While Bhatnagar has been engaged in the noodle business for several years, newcomers like 32-year-old Ashu are also finding themselves in a precarious position.
In 2021, Ashu, a research scholar at Chaudhary Charan Singh University, applied for a Rs 1 lakh loan under UP’s self-employment scheme to set up a vermicomposting plant. “I wanted to build an authentic business,” he said. Like many other small-town entrepreneurs, he drew inspiration from his family’s background, in this case farming.
At first, the process was smooth and he did not have to struggle to convince the bank to give him a loan since his family owns a modest four acres of land in Muzaffarnagar. However, while there may be a need for compost in Meerut, Ashu was floored when he was confronted with the fact that demand was already outmatched by supply.
“There is cheap compost available on Amazon, and there is a lot of local competition too. There are 10 to 15 companies in Meerut alone selling compost for home gardening,” he said.
Currently, Ashu’s ‘Paudha Amrit’ (plant elixir) compost doesn’t have many takers, leaving him worried about his future.
“I don’t want to go into teaching. I have high hopes that if this works out, I will give a boost to this startup,” he said. He hopes to be able to work on marketing and to arrive at competitive pricing if he manages to stay above water long enough.
District officials acknowledged that problems of the kind Harsh and Ashu are facing are not uncommon and new businesses are finding it hard to flourish for a number of reasons.
“We need skilled and knowledgeable youngsters to join the industry and start new avenues, but two lockdowns have badly affected the spirit,” the DIC official quoted earlier said.

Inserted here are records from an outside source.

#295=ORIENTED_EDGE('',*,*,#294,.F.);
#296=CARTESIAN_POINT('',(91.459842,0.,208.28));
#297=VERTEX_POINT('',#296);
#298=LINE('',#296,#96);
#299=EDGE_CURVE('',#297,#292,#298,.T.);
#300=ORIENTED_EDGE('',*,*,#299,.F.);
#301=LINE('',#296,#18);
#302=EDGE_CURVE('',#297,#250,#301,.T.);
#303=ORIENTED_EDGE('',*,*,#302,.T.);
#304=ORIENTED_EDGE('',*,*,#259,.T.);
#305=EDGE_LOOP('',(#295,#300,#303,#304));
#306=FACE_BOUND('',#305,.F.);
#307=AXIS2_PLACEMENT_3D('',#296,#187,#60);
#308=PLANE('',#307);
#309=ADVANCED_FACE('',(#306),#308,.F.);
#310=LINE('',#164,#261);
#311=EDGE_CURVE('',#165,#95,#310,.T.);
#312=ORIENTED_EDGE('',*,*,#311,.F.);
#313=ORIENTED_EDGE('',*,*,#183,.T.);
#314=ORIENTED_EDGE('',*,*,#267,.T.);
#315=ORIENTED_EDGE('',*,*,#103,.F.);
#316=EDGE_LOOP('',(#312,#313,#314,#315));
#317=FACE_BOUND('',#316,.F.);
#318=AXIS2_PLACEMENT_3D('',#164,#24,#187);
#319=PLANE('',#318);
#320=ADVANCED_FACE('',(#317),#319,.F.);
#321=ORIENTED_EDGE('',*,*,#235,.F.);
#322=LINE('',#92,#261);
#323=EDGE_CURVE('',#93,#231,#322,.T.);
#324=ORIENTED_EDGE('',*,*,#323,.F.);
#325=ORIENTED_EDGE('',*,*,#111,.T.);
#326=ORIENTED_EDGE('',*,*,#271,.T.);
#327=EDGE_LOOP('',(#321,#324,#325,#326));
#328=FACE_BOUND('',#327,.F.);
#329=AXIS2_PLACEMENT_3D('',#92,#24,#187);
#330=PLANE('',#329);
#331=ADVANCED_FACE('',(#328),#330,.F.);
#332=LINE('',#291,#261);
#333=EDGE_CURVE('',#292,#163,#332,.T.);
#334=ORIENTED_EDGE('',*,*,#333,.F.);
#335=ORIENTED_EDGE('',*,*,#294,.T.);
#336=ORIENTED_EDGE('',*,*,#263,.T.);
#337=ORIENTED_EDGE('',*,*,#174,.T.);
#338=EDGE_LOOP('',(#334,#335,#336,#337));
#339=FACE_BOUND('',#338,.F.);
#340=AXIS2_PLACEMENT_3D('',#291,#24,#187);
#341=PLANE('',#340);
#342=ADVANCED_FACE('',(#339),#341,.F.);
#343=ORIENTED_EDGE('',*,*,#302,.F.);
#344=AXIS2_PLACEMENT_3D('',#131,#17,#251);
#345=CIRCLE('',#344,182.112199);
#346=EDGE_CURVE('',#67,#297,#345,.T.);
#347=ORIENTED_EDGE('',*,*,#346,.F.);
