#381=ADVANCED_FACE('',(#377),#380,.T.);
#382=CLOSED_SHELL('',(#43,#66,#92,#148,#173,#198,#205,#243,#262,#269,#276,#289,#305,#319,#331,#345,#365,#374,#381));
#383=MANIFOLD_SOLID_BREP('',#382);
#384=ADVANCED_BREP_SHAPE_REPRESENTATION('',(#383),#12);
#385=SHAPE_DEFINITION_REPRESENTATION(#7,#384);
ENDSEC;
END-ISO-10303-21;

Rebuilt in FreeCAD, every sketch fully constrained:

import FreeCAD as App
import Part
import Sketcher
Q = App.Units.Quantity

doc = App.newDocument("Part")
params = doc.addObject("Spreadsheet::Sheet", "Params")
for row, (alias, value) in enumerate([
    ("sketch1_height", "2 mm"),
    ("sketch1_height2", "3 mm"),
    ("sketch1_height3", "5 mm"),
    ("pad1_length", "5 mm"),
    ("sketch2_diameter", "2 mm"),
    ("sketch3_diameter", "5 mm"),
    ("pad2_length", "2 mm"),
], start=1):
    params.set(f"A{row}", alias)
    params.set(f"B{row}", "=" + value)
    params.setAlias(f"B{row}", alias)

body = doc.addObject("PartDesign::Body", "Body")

To address the issues of “knowledge and skill”, the Yogi Adityanath government announced last month that it will launch an online course and certification on entrepreneurship. The spin, of course, is that young people should become job-creators rather than job-seekers.
However, major systemic obstacles are apparent.
One is that the loan schemes are driven by supply-side factors, such as set targets for each district, rather than demand.
In the market, too, demand is is often a problem, which means that sustainability of businesses is an issue, especially in the absence of marketing know-how. There is also little focus on viability assessment — at times, for instance, entrepreneurs get raw materials from distant areas, which negatively impacts their profit margins.
Other ancillary aspects of a startup ecosystem are also in short supply, such as mentorship programmes, technical assistance, incubation centres, and collaboration schemes between the government, educational institutions, and private enterprises.
According to district magistrate Deepak Meena, there is another factor at play: Meerut already has manufacturing industries, especially in the sports equipment sector, and so there are more employment opportunities in these established industries and thus less of a push for young people to start new enterprises.
Add to this scenario the lasting impact of Covid lockdowns, and the entrepreneurship landscape in Meerut currently does not seem to include a startup boom anywhere on the horizon.